→ Information given
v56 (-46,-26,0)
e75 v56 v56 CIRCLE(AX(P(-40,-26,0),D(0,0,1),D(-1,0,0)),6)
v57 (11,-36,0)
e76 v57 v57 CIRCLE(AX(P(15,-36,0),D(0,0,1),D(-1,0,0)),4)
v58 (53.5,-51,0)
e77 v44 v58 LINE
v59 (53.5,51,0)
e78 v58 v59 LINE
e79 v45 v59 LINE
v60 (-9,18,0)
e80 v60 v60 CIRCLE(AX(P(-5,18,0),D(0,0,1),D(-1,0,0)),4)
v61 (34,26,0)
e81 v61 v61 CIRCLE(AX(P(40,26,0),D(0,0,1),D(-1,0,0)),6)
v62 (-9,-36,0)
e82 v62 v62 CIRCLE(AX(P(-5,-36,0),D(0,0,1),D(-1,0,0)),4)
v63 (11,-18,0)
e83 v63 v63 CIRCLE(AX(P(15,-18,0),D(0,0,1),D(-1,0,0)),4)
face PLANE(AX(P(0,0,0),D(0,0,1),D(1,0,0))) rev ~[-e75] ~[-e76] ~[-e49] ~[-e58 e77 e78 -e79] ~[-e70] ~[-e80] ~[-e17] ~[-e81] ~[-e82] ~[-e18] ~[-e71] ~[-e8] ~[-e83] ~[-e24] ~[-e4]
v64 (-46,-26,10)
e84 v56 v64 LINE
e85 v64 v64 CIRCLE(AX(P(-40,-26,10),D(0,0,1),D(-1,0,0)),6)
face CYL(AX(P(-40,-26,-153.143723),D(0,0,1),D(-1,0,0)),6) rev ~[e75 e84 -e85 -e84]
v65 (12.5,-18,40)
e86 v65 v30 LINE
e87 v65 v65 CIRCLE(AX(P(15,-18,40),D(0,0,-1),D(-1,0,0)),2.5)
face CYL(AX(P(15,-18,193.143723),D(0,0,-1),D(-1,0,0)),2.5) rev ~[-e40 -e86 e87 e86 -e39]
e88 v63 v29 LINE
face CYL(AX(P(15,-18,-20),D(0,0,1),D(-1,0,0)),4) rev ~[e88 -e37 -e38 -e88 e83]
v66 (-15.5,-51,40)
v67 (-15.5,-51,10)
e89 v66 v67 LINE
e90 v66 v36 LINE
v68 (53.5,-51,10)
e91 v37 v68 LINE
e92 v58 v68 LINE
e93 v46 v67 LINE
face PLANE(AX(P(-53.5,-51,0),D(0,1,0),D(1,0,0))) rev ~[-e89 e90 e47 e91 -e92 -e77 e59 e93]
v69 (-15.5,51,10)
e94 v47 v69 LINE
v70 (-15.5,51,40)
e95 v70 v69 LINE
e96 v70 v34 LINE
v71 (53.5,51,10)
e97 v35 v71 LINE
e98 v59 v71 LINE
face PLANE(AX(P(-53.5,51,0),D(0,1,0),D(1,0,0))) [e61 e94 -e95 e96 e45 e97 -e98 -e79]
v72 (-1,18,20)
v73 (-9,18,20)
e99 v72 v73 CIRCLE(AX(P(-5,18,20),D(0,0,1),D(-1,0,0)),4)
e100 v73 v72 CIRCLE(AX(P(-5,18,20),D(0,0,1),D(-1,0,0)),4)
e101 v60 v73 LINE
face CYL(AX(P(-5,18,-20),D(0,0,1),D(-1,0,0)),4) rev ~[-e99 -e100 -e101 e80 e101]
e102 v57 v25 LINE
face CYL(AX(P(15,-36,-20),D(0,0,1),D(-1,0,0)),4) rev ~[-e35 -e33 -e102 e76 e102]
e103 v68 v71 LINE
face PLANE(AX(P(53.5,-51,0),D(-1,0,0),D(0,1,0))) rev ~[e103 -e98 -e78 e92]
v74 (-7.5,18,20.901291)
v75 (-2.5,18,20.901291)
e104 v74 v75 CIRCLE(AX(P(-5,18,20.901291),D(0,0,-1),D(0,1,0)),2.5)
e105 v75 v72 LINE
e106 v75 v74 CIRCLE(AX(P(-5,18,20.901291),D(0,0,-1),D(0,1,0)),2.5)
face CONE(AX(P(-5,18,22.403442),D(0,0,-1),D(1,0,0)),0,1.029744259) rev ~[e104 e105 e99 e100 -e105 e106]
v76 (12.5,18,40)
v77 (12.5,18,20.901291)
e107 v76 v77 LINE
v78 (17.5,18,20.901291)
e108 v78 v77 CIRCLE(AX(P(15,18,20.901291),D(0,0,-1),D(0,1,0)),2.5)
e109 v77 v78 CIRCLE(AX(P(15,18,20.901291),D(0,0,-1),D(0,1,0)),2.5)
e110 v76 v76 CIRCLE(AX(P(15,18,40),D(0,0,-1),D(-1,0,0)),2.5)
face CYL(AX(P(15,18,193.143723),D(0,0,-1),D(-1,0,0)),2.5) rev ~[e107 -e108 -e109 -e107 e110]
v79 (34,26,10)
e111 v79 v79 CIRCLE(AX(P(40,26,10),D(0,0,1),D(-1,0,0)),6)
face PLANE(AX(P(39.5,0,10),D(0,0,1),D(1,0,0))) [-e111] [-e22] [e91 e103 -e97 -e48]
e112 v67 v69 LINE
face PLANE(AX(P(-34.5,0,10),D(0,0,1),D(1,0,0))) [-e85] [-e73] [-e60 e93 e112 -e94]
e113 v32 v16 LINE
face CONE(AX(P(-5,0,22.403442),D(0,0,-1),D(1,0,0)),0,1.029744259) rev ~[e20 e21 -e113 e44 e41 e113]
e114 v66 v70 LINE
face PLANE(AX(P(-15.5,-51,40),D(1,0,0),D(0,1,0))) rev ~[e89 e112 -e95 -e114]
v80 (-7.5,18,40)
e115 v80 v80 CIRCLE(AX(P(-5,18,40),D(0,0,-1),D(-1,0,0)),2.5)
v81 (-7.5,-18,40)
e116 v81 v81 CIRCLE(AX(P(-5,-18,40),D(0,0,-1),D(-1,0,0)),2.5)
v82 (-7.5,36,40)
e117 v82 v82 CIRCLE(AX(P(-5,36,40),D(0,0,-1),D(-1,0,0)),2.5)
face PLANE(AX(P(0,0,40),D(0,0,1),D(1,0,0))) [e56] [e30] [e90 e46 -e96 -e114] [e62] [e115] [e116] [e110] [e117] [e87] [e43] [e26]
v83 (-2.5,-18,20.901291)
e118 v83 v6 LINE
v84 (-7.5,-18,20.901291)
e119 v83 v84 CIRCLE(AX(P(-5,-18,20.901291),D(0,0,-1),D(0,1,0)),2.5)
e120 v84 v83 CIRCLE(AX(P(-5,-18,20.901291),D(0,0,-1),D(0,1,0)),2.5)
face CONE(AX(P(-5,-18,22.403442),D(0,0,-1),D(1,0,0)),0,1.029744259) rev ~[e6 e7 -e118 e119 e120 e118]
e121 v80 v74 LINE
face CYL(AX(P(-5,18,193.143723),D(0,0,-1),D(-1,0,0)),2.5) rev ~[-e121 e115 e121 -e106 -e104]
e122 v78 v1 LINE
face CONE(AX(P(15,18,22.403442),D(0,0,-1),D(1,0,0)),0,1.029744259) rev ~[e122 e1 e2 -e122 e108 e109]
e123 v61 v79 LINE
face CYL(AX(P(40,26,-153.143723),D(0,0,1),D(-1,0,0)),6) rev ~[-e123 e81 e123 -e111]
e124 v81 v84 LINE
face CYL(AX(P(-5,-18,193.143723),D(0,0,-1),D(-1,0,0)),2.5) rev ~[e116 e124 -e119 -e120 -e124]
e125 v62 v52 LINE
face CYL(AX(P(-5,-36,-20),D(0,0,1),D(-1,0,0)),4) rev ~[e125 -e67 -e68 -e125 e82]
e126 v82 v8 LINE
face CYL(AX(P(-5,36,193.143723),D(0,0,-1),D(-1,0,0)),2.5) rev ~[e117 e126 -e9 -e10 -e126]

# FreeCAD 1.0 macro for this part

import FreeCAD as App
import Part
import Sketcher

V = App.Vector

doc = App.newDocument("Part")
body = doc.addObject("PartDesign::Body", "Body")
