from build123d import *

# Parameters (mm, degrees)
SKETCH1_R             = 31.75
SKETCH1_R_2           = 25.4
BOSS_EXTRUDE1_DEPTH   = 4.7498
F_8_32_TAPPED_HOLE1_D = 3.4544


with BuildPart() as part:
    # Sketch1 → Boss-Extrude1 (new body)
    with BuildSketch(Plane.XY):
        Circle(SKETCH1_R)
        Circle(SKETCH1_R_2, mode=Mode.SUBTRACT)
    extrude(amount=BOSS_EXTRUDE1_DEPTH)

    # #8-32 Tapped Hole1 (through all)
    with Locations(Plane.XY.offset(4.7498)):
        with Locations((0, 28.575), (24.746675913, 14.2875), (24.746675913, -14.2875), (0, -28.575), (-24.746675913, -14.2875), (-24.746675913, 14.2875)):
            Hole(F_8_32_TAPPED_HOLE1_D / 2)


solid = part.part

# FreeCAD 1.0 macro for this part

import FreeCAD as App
import Part
import Sketcher

V = App.Vector
Q = App.Units.Quantity

doc = App.newDocument("Part")
body = doc.addObject("PartDesign::Body", "Body")

sketch1 = body.newObject("Sketcher::SketchObject", "Sketch")
sketch1.AttachmentSupport = (doc.getObject("XY_Plane"), [""])
sketch1.MapMode = "FlatFace"
sketch1.addGeometry([
    Part.Circle(V(0, 0, 0), V(0, 0, 1), 32),
    Part.Circle(V(0, 0, 0), V(0, 0, 1), 25),
], False)
sketch1.addConstraint([
    Sketcher.Constraint("Coincident", 0, 3, -1, 1),
    Sketcher.Constraint("Coincident", 1, 3, -1, 1),
    Sketcher.Constraint("Diameter", 1, Q("2 in")),
    Sketcher.Constraint("Diameter", 0, Q("2.5 in")),
])
pad1 = body.newObject("PartDesign::Pad", "Pad")
pad1.Profile = sketch1
pad1.Length = Q("0.187 in")

sketch2 = body.newObject("Sketcher::SketchObject", "Sketch001")
sketch2.AttachmentSupport = (doc.getObject("XY_Plane"), [""])
sketch2.MapMode = "FlatFace"
sketch2.AttachmentOffset = App.Placement(V(0, 0, 0.187 * 25.4), App.Rotation())
sketch2.addGeometry([
    Part.Circle(V(0, 28.6, 0), V(0, 0, 1), 1.7),
    Part.Circle(V(24.7, 14.3, 0), V(0, 0, 1), 1.7),
    Part.Circle(V(24.7, -14.3, 0), V(0, 0, 1), 1.7),
    Part.Circle(V(0, -28.6, 0), V(0, 0, 1), 1.7),
    Part.Circle(V(-24.7, -14.3, 0), V(0, 0, 1), 1.7),
    Part.Circle(V(-24.7, 14.3, 0), V(0, 0, 1), 1.7),
], False)
sketch2.addConstraint([
    Sketcher.Constraint("Equal", 0, 1),
    Sketcher.Constraint("Equal", 1, 2),
    Sketcher.Constraint("Equal", 2, 3),
    Sketcher.Constraint("Equal", 3, 4),
    Sketcher.Constraint("Equal", 4, 5),
    Sketcher.Constraint("Symmetric", 0, 3, 3, 3, -1, 1),
    Sketcher.Constraint("Symmetric", 1, 3, 4, 3, -1, 1),
    Sketcher.Constraint("Symmetric", 2, 3, 5, 3, -1, 1),
    Sketcher.Constraint("Symmetric", 2, 3, 4, 3, -2),
    Sketcher.Constraint("PointOnObject", 0, 3, -2),
    Sketcher.Constraint("Diameter", 0, Q("0.136 in")),
    Sketcher.Constraint("DistanceY", 3, 3, 0, 3, Q("2.25 in")),
    Sketcher.Constraint("DistanceY", -1, 1, 1, 3, Q("0.5625 in")),
    Sketcher.Constraint("DistanceX", 4, 3, 2, 3, 49.493352),
])
doc.recompute()
hole = body.newObject("PartDesign::Hole", "Hole")
hole.Profile = sketch2
hole.ThreadType = "None"
hole.Diameter = Q("0.136 in")
hole.DepthType = "ThroughAll"

doc.recompute()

→ Task to complete
Restate exactly the records above from their first line through the line that holds "v62 (-9,-36,0)", please, including both and leaving out all others.

→ The completed task
v56 (-46,-26,0)
e75 v56 v56 CIRCLE(AX(P(-40,-26,0),D(0,0,1),D(-1,0,0)),6)
v57 (11,-36,0)
e76 v57 v57 CIRCLE(AX(P(15,-36,0),D(0,0,1),D(-1,0,0)),4)
v58 (53.5,-51,0)
e77 v44 v58 LINE
v59 (53.5,51,0)
e78 v58 v59 LINE
e79 v45 v59 LINE
v60 (-9,18,0)
e80 v60 v60 CIRCLE(AX(P(-5,18,0),D(0,0,1),D(-1,0,0)),4)
v61 (34,26,0)
e81 v61 v61 CIRCLE(AX(P(40,26,0),D(0,0,1),D(-1,0,0)),6)
v62 (-9,-36,0)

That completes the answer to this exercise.